# Job Title: Remote Experienced HCC Coding Coders needed ASAP



## anelson30 (Nov 12, 2012)

Job Title: Remote Experienced HCC Coding Coders needed ASAP



We are looking for experienced full-time or part-time contract HCC coders (Medicare Risk Adjustment Coders) ASAP!  Position will be remote and will start ASAP if qualified and dedicated, committed to project. 



Responsibilities:



•    Review and assign codes, assessment documentation and accurately translate medical information into the appropriate code.  Ensure needed documentation is present to validate the code.  Any issues to the lead or management, as appropriate.



•    Must meet daily/weekly coding volumes



•    Provide support regarding the documentation and coding needed to successfully execute the department goals.

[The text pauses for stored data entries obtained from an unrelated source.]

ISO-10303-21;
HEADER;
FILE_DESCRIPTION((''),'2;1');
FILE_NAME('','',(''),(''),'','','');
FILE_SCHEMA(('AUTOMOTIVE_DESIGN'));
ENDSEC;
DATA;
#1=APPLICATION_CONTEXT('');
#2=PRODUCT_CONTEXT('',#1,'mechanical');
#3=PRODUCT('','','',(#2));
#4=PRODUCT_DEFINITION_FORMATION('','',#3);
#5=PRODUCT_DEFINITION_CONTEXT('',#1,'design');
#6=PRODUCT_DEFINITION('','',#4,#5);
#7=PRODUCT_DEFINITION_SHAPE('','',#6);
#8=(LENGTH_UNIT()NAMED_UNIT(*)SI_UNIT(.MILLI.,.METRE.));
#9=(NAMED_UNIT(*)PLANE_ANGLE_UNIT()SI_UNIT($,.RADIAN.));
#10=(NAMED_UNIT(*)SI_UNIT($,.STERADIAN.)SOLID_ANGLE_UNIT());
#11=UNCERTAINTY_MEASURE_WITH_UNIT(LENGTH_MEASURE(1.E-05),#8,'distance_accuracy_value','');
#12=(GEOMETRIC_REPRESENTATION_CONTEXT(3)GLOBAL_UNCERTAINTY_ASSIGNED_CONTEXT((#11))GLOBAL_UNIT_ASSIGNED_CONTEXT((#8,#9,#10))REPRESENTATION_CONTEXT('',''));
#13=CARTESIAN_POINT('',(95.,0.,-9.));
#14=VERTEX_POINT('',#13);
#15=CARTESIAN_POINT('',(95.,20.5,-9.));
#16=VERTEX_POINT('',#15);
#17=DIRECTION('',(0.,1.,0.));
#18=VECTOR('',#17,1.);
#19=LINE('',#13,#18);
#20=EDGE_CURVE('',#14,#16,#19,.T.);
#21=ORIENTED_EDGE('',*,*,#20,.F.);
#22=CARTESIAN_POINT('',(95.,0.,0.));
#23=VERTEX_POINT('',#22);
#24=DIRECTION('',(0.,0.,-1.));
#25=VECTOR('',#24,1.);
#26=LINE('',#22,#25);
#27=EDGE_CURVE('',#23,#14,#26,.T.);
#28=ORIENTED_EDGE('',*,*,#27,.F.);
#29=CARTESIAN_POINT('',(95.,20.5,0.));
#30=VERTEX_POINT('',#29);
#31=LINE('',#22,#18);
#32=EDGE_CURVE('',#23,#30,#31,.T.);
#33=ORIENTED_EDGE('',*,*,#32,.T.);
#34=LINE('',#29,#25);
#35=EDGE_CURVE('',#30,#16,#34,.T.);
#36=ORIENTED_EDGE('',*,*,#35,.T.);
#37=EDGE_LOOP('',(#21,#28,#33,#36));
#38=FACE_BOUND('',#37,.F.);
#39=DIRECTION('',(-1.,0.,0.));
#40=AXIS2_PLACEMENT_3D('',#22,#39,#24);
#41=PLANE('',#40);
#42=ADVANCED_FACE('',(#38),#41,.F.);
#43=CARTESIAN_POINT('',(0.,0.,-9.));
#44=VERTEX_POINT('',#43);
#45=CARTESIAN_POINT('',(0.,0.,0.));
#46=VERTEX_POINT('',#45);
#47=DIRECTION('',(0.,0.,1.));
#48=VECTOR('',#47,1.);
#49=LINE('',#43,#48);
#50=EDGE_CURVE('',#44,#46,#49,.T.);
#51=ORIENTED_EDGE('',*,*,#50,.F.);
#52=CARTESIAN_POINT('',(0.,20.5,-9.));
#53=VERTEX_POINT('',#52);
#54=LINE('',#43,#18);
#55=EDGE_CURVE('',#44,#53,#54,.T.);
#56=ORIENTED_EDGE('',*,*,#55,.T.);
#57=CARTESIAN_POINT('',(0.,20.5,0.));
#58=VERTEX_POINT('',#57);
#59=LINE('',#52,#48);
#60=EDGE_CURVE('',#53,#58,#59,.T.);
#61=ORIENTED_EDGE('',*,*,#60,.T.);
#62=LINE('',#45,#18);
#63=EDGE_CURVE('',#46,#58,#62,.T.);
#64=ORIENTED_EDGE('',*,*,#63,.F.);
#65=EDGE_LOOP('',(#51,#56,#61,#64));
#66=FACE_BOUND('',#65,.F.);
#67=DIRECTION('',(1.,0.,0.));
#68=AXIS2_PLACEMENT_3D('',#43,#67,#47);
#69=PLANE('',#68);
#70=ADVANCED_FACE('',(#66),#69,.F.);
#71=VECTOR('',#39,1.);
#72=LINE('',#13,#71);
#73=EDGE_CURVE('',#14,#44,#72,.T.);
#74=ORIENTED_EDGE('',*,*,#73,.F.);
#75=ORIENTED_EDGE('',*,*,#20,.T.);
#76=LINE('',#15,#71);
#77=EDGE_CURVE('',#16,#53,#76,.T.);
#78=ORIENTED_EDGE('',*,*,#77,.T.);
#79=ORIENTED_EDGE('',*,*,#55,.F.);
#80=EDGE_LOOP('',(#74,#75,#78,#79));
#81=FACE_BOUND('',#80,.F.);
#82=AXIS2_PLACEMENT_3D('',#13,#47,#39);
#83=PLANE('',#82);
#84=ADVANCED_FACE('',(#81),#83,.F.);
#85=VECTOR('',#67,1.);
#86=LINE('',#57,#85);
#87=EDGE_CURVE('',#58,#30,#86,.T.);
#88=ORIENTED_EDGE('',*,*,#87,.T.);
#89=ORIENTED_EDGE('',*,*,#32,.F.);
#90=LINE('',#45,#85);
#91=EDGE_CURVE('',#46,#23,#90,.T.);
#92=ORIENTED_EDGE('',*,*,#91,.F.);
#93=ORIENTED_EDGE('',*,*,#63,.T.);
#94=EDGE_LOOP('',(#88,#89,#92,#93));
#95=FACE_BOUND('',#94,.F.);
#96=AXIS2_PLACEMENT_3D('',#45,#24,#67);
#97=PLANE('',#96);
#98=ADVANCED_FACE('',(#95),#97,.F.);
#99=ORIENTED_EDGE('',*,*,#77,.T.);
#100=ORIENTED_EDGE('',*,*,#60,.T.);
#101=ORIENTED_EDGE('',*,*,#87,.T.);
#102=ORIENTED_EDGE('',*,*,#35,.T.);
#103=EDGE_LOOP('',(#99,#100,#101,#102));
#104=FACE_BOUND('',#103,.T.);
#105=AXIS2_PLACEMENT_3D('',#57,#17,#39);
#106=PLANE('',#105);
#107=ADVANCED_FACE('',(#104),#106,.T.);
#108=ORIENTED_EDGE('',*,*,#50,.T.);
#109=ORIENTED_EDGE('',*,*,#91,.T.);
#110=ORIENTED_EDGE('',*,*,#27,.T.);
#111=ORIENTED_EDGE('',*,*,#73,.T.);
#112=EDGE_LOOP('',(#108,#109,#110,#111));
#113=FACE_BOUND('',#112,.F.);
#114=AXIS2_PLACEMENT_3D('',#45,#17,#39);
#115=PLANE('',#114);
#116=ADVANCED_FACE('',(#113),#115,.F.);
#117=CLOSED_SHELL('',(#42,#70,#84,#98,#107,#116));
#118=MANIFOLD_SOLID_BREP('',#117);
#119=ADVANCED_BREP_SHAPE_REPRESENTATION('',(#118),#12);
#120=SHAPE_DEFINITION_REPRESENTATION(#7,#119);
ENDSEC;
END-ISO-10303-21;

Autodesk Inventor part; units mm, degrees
ref_plane "YZ Plane" through (0, 0, 0) normal (1, 0, 0) x (0, 1, 0)
ref_plane "XZ Plane" through (0, 0, 0) normal (0, 1, 0) x (-1, 0, 0)
ref_plane "XY Plane" through (0, 0, 0) normal (0, 0, 1) x (1, 0, 0)
sketch "Boceto1" plane through (0, 0, 0) normal (0, 1, 0) x (-1, 0, 0)
  line L0 (0, 0) -> (-95, 0)
  line L1 (-95, 0) -> (-95, -9)
  line L2 (-95, -9) -> (0, -9)
  line L3 (0, -9) -> (0, 0)
  dimension "d0" = 95
  dimension "d1" = 9
extrude "Extrusión1" add sketch "Boceto1" along normal blind 20.5
properties part number "Base auxiliar - encaix estructura"
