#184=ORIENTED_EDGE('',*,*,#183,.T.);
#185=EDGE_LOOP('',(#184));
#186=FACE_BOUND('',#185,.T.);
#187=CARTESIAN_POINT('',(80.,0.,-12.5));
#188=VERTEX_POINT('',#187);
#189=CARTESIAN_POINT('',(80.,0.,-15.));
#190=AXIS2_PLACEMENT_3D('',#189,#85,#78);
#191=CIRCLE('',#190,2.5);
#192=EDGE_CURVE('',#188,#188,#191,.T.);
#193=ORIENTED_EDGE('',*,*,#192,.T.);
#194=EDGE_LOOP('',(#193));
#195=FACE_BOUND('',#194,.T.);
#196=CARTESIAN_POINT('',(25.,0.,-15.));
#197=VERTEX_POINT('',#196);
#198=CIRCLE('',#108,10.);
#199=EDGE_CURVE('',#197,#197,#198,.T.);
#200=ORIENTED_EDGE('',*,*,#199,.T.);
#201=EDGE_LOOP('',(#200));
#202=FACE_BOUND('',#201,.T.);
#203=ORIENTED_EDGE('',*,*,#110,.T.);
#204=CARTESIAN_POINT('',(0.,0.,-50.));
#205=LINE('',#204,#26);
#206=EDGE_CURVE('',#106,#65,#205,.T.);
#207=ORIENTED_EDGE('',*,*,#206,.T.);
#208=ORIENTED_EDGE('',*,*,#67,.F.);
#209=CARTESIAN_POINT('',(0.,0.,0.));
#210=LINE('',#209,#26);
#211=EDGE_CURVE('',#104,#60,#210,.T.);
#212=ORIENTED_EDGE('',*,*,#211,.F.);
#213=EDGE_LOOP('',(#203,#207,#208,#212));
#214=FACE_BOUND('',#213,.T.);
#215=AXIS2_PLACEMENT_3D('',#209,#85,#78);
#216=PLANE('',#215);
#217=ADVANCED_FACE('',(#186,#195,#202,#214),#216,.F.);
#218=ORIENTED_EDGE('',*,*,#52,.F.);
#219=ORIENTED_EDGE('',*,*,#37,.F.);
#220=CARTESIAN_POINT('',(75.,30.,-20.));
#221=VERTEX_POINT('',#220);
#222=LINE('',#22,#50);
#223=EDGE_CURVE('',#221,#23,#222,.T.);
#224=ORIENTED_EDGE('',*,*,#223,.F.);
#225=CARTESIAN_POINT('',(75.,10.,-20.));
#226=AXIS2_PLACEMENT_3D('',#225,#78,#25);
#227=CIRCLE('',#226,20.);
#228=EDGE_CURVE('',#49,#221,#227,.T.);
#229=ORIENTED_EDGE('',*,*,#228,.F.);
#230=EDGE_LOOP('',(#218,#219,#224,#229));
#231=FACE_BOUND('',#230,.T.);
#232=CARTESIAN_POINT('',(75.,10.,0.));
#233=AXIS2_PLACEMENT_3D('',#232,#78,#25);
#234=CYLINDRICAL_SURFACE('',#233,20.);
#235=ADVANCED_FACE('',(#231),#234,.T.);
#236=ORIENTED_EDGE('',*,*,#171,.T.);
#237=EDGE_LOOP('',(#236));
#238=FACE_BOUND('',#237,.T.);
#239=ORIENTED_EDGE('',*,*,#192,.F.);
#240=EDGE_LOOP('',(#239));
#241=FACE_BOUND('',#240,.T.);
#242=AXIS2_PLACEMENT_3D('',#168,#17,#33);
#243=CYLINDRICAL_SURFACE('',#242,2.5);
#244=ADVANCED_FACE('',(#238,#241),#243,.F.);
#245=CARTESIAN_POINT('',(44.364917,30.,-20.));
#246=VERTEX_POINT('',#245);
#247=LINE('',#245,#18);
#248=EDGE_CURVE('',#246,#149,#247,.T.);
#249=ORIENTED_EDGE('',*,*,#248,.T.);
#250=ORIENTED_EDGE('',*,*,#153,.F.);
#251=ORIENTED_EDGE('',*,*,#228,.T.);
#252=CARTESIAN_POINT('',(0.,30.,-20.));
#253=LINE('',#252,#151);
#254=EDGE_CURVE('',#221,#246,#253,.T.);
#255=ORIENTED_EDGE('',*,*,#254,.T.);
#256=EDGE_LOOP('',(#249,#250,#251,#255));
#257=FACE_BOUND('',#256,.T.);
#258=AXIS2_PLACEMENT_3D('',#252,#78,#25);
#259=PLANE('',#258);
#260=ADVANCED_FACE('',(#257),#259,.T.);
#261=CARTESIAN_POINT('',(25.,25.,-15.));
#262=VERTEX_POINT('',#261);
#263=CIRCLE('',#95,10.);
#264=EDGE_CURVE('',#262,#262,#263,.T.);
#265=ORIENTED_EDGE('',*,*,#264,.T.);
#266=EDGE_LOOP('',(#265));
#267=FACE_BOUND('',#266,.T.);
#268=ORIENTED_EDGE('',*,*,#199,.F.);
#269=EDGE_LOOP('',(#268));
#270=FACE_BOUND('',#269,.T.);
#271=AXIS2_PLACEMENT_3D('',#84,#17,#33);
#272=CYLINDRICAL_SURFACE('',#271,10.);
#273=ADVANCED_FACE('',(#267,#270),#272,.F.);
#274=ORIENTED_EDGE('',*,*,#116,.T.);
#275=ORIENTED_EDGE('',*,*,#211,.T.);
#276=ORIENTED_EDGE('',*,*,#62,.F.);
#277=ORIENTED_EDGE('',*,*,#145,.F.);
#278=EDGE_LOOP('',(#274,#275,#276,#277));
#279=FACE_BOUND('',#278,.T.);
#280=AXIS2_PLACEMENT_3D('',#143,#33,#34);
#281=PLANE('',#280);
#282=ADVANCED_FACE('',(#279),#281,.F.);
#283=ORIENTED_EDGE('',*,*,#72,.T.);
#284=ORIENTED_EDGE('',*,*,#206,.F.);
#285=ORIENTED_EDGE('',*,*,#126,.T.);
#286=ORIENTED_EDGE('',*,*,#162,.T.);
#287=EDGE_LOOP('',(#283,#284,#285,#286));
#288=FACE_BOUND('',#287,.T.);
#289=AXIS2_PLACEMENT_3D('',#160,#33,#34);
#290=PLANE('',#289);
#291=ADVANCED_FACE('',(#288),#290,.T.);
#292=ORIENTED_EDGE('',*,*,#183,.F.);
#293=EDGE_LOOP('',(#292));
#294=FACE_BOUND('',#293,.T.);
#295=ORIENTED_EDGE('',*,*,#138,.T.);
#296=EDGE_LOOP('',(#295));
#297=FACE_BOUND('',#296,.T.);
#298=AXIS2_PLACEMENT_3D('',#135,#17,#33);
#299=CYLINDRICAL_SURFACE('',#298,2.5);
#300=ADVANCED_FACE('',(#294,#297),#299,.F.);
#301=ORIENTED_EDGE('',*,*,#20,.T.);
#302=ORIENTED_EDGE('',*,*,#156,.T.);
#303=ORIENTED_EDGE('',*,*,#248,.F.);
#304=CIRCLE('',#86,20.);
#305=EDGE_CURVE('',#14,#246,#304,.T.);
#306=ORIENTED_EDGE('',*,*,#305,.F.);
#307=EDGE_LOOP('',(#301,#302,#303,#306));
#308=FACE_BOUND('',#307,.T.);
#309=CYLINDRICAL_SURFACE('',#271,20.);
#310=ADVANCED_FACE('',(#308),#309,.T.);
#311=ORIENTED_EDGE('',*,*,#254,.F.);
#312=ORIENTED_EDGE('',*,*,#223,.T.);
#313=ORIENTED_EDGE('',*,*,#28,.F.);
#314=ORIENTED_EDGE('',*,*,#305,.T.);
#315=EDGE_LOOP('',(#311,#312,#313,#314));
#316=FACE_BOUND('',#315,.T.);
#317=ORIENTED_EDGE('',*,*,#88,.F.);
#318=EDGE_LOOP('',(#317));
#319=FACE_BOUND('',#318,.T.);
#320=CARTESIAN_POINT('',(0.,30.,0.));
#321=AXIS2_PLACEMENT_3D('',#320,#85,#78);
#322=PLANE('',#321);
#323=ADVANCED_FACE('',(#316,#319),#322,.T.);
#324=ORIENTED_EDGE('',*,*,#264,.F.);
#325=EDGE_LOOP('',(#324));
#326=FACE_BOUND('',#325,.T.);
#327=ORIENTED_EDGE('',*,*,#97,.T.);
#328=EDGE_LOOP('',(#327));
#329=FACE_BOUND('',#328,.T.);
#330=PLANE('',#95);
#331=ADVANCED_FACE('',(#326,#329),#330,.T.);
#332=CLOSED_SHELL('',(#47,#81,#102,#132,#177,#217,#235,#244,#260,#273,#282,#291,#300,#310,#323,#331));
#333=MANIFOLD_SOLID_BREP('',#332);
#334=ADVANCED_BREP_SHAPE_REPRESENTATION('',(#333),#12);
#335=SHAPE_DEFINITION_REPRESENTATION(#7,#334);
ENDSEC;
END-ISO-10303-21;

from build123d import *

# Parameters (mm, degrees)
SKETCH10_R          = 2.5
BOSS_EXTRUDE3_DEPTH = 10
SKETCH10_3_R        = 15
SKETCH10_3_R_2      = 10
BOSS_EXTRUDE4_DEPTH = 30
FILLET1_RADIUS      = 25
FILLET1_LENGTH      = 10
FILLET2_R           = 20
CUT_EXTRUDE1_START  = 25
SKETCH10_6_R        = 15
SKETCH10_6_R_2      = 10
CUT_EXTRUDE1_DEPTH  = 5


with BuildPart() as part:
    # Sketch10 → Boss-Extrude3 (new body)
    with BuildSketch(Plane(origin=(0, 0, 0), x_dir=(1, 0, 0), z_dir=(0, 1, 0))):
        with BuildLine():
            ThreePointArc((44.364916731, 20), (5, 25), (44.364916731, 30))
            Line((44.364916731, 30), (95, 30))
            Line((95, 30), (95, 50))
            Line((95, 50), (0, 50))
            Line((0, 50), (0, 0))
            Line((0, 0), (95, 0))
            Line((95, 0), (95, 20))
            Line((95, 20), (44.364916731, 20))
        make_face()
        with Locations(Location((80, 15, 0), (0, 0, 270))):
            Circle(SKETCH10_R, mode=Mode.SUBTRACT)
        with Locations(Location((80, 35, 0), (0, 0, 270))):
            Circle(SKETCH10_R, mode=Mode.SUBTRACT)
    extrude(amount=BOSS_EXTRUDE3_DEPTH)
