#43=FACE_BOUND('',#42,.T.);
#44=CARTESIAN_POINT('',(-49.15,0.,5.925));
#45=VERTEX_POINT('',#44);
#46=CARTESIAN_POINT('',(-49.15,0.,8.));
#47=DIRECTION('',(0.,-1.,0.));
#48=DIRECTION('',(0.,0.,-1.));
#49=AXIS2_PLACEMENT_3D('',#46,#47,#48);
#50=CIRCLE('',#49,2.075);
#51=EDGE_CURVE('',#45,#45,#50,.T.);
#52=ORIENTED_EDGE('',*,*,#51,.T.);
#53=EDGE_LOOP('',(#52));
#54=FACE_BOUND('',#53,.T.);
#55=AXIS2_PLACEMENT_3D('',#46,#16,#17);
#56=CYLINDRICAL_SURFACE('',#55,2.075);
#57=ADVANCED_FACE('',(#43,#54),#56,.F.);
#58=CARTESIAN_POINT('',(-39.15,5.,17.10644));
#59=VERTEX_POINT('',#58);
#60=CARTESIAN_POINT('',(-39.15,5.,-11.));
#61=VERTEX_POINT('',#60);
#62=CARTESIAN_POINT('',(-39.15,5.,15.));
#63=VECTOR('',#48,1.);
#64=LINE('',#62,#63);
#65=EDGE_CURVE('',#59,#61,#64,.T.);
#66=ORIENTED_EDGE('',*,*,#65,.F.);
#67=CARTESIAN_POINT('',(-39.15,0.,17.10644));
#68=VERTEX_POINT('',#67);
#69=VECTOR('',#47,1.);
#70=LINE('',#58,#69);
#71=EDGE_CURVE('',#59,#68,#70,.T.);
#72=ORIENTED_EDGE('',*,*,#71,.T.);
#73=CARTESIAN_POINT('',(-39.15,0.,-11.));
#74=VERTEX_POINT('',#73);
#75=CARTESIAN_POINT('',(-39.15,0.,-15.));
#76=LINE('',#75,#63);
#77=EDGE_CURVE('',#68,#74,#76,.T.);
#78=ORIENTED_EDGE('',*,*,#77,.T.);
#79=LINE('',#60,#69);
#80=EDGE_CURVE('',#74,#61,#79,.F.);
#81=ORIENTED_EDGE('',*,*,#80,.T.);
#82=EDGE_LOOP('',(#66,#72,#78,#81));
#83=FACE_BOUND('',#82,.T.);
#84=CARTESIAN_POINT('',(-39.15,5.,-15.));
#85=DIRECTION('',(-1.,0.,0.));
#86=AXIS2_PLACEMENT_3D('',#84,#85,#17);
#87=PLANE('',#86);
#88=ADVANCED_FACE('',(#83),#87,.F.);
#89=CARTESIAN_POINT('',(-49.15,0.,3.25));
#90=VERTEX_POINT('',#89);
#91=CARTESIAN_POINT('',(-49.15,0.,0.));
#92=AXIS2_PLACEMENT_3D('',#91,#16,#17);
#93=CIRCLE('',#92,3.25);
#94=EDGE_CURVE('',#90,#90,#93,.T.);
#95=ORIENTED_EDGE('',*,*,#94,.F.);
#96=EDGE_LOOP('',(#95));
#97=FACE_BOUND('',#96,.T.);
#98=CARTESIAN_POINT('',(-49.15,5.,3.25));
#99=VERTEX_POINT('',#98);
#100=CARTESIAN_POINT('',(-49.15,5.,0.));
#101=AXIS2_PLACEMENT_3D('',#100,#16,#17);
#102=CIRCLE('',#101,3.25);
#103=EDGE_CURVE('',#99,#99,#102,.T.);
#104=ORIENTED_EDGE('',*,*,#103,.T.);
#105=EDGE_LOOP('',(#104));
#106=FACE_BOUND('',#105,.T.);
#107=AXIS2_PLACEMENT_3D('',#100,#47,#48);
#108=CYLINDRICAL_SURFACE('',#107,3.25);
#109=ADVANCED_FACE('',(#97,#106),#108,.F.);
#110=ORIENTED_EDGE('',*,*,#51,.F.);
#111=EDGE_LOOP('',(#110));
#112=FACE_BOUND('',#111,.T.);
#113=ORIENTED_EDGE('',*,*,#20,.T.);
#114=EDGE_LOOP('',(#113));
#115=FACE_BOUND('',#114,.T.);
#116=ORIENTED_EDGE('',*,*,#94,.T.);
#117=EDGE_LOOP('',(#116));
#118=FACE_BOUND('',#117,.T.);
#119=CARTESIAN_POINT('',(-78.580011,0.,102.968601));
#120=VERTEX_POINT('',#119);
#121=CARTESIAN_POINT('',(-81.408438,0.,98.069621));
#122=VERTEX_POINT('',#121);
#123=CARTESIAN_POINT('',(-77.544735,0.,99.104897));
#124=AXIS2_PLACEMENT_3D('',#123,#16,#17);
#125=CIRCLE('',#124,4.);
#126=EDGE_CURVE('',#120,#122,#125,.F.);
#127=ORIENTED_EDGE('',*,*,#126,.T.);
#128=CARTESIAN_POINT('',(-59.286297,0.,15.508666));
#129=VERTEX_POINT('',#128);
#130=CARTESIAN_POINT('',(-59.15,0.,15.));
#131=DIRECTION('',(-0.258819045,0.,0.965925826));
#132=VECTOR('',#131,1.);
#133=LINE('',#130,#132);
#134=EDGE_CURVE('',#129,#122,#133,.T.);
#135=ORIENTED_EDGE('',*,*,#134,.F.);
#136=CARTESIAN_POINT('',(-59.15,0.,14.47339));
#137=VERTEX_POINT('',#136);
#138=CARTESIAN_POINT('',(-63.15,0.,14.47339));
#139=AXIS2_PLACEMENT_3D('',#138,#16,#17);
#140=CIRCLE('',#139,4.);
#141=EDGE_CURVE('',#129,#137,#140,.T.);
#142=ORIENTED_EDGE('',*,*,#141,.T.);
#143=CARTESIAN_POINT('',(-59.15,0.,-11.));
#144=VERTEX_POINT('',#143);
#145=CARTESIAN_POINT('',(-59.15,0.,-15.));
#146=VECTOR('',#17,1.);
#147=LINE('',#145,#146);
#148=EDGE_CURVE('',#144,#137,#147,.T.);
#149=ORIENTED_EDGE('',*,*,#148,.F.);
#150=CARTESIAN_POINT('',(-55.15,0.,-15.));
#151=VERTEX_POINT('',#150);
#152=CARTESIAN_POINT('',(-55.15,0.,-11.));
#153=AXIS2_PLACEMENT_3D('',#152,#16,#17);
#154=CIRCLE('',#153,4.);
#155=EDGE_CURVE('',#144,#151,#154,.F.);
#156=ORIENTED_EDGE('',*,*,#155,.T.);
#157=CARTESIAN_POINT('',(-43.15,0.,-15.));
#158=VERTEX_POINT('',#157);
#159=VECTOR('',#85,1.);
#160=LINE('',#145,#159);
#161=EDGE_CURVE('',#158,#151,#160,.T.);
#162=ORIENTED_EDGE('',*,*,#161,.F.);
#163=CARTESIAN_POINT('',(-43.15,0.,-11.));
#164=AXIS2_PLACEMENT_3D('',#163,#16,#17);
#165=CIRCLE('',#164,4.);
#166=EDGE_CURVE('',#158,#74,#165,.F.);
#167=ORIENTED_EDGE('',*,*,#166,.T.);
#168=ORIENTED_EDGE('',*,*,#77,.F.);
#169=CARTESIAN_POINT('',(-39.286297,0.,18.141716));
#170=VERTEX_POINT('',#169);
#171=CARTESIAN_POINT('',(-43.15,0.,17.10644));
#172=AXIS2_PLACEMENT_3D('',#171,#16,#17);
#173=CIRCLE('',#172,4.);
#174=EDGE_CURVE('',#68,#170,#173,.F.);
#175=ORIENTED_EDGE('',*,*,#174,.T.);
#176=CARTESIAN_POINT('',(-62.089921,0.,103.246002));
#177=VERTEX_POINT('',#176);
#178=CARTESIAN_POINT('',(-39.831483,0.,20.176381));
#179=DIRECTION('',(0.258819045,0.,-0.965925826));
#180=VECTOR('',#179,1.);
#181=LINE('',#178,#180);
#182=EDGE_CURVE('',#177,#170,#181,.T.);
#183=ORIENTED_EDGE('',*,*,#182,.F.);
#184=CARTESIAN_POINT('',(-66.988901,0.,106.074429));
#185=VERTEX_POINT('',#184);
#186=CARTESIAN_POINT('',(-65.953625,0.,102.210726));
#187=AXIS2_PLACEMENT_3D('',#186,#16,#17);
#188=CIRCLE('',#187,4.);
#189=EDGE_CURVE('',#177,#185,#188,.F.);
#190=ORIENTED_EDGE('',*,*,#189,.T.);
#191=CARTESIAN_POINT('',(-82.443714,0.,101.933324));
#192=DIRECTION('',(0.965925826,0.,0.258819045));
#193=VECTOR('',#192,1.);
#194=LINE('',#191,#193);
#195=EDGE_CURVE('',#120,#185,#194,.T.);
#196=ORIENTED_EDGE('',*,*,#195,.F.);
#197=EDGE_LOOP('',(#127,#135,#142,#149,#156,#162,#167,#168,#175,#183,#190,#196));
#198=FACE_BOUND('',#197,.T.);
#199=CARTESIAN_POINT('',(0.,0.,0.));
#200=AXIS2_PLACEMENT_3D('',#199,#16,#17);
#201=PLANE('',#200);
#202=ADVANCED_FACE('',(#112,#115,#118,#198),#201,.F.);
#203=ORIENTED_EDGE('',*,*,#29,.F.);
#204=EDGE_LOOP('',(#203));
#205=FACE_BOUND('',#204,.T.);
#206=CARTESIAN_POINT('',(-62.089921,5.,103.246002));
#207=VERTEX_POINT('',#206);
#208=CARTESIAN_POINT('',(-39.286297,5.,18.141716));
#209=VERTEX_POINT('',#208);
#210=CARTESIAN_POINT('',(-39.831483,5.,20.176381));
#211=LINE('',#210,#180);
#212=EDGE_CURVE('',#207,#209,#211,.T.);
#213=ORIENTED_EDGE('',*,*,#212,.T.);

•   Enter information into a comprehensive tracking and management tool for assigned network. Track all HCC coding activities ensure that all tasks are completed in a timely manner.  Correlate activities, processes and HCC results/ metrics to evaluate outcomes.



Please send resume to:



anelson@e-codesolutions.com


----------



## Chocolatemama (Dec 3, 2012)

*Pay check*

How do this company pay their employee?   Once week, every 2 weeks, Once a month, when the project is finish or when you get the money from the clinic..


----------



## slivingston (Dec 4, 2012)

Can you tell us what the pay is for this position (hourly, or per report) and frequency of pay?  Thank you in advance.


----------



## angelamhickman@gmail.com (May 5, 2016)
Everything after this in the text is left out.